[Start of section]

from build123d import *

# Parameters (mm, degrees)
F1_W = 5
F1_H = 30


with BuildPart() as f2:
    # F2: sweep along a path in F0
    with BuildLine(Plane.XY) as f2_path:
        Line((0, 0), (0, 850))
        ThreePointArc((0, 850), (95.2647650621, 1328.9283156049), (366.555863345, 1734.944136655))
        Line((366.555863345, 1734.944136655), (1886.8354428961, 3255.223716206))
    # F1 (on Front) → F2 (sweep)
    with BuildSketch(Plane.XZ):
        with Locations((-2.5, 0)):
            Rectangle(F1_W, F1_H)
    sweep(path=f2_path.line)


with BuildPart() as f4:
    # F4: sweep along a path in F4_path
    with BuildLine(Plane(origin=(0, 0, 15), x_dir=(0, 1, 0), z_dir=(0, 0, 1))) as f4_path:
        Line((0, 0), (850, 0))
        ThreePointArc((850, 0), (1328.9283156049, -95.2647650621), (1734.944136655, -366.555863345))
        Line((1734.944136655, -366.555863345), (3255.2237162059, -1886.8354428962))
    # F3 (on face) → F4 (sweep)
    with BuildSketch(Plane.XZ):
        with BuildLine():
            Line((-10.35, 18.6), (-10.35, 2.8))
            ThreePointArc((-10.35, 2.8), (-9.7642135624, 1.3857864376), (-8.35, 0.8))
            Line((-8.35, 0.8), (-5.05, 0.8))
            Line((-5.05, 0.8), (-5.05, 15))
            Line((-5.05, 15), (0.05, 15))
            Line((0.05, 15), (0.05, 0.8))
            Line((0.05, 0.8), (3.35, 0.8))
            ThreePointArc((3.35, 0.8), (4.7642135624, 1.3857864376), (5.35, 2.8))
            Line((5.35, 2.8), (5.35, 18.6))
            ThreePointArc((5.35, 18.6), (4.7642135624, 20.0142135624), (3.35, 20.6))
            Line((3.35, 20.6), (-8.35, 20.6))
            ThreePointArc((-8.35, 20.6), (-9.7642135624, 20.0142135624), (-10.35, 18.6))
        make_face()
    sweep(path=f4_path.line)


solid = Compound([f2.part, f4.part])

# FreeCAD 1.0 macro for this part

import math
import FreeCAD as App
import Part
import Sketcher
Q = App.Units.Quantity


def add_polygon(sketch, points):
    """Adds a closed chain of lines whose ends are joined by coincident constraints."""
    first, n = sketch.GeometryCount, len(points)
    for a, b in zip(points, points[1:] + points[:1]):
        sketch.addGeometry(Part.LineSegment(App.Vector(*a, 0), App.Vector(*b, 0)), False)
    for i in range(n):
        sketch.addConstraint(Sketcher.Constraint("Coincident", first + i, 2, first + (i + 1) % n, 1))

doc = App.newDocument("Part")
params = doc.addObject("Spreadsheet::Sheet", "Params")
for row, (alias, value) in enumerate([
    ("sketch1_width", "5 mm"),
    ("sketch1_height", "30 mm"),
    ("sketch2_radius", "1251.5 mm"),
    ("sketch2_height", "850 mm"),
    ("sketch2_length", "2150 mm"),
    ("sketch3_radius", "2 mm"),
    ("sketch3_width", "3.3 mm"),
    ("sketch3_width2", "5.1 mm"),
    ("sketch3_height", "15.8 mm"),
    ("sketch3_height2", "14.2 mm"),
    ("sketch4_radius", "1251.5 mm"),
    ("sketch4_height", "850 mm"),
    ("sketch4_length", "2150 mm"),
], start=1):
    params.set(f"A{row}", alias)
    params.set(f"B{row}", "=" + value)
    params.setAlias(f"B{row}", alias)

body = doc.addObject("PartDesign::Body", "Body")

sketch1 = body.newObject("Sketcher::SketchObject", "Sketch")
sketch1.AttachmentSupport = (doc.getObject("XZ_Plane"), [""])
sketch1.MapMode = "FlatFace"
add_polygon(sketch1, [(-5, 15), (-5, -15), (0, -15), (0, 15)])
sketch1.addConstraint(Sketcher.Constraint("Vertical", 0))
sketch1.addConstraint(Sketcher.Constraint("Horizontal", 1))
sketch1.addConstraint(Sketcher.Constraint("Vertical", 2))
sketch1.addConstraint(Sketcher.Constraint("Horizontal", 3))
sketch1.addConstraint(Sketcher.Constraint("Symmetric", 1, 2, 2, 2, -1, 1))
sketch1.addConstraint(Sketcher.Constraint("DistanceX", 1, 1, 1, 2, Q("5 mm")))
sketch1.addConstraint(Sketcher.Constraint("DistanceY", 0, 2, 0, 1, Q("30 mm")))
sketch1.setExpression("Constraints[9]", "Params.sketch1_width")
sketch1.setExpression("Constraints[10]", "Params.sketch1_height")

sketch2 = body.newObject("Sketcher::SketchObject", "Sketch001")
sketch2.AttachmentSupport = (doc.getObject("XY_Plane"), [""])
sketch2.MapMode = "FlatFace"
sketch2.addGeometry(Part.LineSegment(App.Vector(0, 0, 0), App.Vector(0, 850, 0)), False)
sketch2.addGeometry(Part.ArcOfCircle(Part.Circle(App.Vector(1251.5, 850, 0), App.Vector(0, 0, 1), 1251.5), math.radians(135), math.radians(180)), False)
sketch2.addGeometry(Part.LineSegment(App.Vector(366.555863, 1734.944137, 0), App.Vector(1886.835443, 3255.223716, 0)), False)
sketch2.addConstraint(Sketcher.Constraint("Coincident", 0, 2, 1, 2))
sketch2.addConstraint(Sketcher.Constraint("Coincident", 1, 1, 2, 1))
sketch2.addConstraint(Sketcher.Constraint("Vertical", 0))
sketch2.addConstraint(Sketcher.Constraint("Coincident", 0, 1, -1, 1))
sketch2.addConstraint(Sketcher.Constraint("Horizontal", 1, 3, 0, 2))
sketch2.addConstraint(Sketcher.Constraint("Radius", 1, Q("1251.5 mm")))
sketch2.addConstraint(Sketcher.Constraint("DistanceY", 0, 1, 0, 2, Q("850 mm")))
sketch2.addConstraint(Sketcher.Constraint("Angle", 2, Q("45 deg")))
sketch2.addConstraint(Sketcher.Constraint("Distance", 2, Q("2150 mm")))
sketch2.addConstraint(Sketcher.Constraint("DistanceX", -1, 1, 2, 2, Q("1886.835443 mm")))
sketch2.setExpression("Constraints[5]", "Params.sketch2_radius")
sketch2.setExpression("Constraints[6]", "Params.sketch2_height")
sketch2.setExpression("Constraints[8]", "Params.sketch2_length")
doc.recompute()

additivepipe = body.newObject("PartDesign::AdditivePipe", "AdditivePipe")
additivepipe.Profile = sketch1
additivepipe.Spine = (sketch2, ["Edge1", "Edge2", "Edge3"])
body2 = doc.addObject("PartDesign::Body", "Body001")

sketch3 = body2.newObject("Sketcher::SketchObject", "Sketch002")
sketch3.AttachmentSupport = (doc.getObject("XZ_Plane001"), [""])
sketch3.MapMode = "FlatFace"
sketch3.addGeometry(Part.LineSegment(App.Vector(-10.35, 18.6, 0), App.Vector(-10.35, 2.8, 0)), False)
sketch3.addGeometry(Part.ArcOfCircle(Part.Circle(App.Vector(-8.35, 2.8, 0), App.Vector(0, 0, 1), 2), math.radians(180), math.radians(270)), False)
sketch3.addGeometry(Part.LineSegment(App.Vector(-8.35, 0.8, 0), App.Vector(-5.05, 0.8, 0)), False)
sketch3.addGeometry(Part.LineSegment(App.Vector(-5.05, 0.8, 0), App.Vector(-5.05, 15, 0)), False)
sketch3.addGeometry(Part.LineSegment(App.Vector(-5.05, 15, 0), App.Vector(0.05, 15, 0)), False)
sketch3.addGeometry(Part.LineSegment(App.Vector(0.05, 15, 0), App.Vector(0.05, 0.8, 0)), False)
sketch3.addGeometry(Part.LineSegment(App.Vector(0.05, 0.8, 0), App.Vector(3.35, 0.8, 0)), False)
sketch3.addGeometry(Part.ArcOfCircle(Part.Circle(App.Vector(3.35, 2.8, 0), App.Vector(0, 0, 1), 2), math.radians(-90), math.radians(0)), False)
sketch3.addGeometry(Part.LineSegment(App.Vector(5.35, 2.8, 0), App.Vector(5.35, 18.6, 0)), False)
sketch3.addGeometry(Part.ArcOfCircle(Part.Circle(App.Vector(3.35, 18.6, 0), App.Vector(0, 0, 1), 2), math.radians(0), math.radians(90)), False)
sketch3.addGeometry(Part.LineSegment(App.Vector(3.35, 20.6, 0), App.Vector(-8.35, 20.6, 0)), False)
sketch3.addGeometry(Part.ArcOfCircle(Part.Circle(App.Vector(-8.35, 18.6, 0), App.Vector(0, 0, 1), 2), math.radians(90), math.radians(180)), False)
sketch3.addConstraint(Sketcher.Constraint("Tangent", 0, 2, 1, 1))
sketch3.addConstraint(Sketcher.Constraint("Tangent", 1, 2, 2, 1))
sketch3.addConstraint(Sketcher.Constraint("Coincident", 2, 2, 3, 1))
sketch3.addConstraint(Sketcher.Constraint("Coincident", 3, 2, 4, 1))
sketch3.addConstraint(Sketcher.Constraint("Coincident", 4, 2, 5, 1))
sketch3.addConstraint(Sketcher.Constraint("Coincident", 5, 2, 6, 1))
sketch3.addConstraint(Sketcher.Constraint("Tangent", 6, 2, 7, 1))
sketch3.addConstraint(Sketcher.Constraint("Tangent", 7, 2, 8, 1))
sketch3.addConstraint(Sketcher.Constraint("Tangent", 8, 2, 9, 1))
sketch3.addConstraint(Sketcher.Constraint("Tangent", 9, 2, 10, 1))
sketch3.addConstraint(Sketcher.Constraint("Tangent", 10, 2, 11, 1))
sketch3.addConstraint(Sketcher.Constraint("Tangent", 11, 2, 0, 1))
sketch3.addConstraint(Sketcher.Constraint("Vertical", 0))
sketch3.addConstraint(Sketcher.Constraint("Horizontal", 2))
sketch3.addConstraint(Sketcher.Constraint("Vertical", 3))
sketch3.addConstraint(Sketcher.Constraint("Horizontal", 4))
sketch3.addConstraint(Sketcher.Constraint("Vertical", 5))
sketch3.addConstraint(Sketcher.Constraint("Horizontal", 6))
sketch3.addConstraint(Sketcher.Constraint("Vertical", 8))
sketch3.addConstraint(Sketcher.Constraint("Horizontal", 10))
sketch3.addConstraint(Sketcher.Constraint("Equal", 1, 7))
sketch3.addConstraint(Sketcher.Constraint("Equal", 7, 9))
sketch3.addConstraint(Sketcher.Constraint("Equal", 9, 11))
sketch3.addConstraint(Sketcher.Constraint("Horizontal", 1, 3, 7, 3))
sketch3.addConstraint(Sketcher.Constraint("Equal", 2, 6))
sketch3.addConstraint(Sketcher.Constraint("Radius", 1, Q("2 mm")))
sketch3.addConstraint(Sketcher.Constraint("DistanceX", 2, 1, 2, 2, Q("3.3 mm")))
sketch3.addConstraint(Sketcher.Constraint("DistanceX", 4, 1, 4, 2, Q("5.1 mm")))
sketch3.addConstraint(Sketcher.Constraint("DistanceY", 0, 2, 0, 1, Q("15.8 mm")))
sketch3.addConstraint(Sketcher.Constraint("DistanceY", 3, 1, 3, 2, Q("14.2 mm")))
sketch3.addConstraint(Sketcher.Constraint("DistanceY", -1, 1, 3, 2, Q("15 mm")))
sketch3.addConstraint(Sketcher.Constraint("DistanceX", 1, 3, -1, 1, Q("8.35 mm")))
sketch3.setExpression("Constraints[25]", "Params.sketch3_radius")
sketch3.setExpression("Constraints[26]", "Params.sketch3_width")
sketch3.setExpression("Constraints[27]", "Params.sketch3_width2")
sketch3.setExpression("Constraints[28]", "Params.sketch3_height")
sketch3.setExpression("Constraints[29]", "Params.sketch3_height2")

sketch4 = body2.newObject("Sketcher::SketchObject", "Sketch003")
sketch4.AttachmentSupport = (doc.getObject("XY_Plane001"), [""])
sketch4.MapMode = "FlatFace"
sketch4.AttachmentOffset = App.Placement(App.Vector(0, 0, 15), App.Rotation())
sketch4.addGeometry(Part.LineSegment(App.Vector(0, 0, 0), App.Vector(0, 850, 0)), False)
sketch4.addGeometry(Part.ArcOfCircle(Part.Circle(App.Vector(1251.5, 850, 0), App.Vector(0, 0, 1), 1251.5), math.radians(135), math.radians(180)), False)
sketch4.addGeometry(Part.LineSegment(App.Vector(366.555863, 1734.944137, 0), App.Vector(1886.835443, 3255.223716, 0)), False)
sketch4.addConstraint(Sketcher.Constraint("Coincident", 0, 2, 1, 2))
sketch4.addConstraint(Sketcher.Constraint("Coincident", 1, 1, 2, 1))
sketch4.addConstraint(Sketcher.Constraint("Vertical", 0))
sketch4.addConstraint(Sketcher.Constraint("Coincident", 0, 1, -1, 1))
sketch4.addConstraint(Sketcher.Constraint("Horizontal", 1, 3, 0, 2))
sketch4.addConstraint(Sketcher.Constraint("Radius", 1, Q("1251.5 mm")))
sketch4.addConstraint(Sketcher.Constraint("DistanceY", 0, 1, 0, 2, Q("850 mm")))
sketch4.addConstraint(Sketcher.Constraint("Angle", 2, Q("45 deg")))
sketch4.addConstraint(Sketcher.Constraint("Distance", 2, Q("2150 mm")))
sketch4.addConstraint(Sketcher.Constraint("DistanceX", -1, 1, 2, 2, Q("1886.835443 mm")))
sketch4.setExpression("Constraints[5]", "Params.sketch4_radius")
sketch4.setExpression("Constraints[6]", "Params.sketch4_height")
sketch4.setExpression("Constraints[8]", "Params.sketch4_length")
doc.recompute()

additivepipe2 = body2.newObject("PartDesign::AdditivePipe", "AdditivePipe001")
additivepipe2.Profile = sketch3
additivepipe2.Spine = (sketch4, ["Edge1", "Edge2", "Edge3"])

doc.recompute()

[End of section]

Aim of the task: Scan the material above and copy every line that holds the string "BuildPart".

Response area:
with BuildPart() as f2:
with BuildPart() as f4:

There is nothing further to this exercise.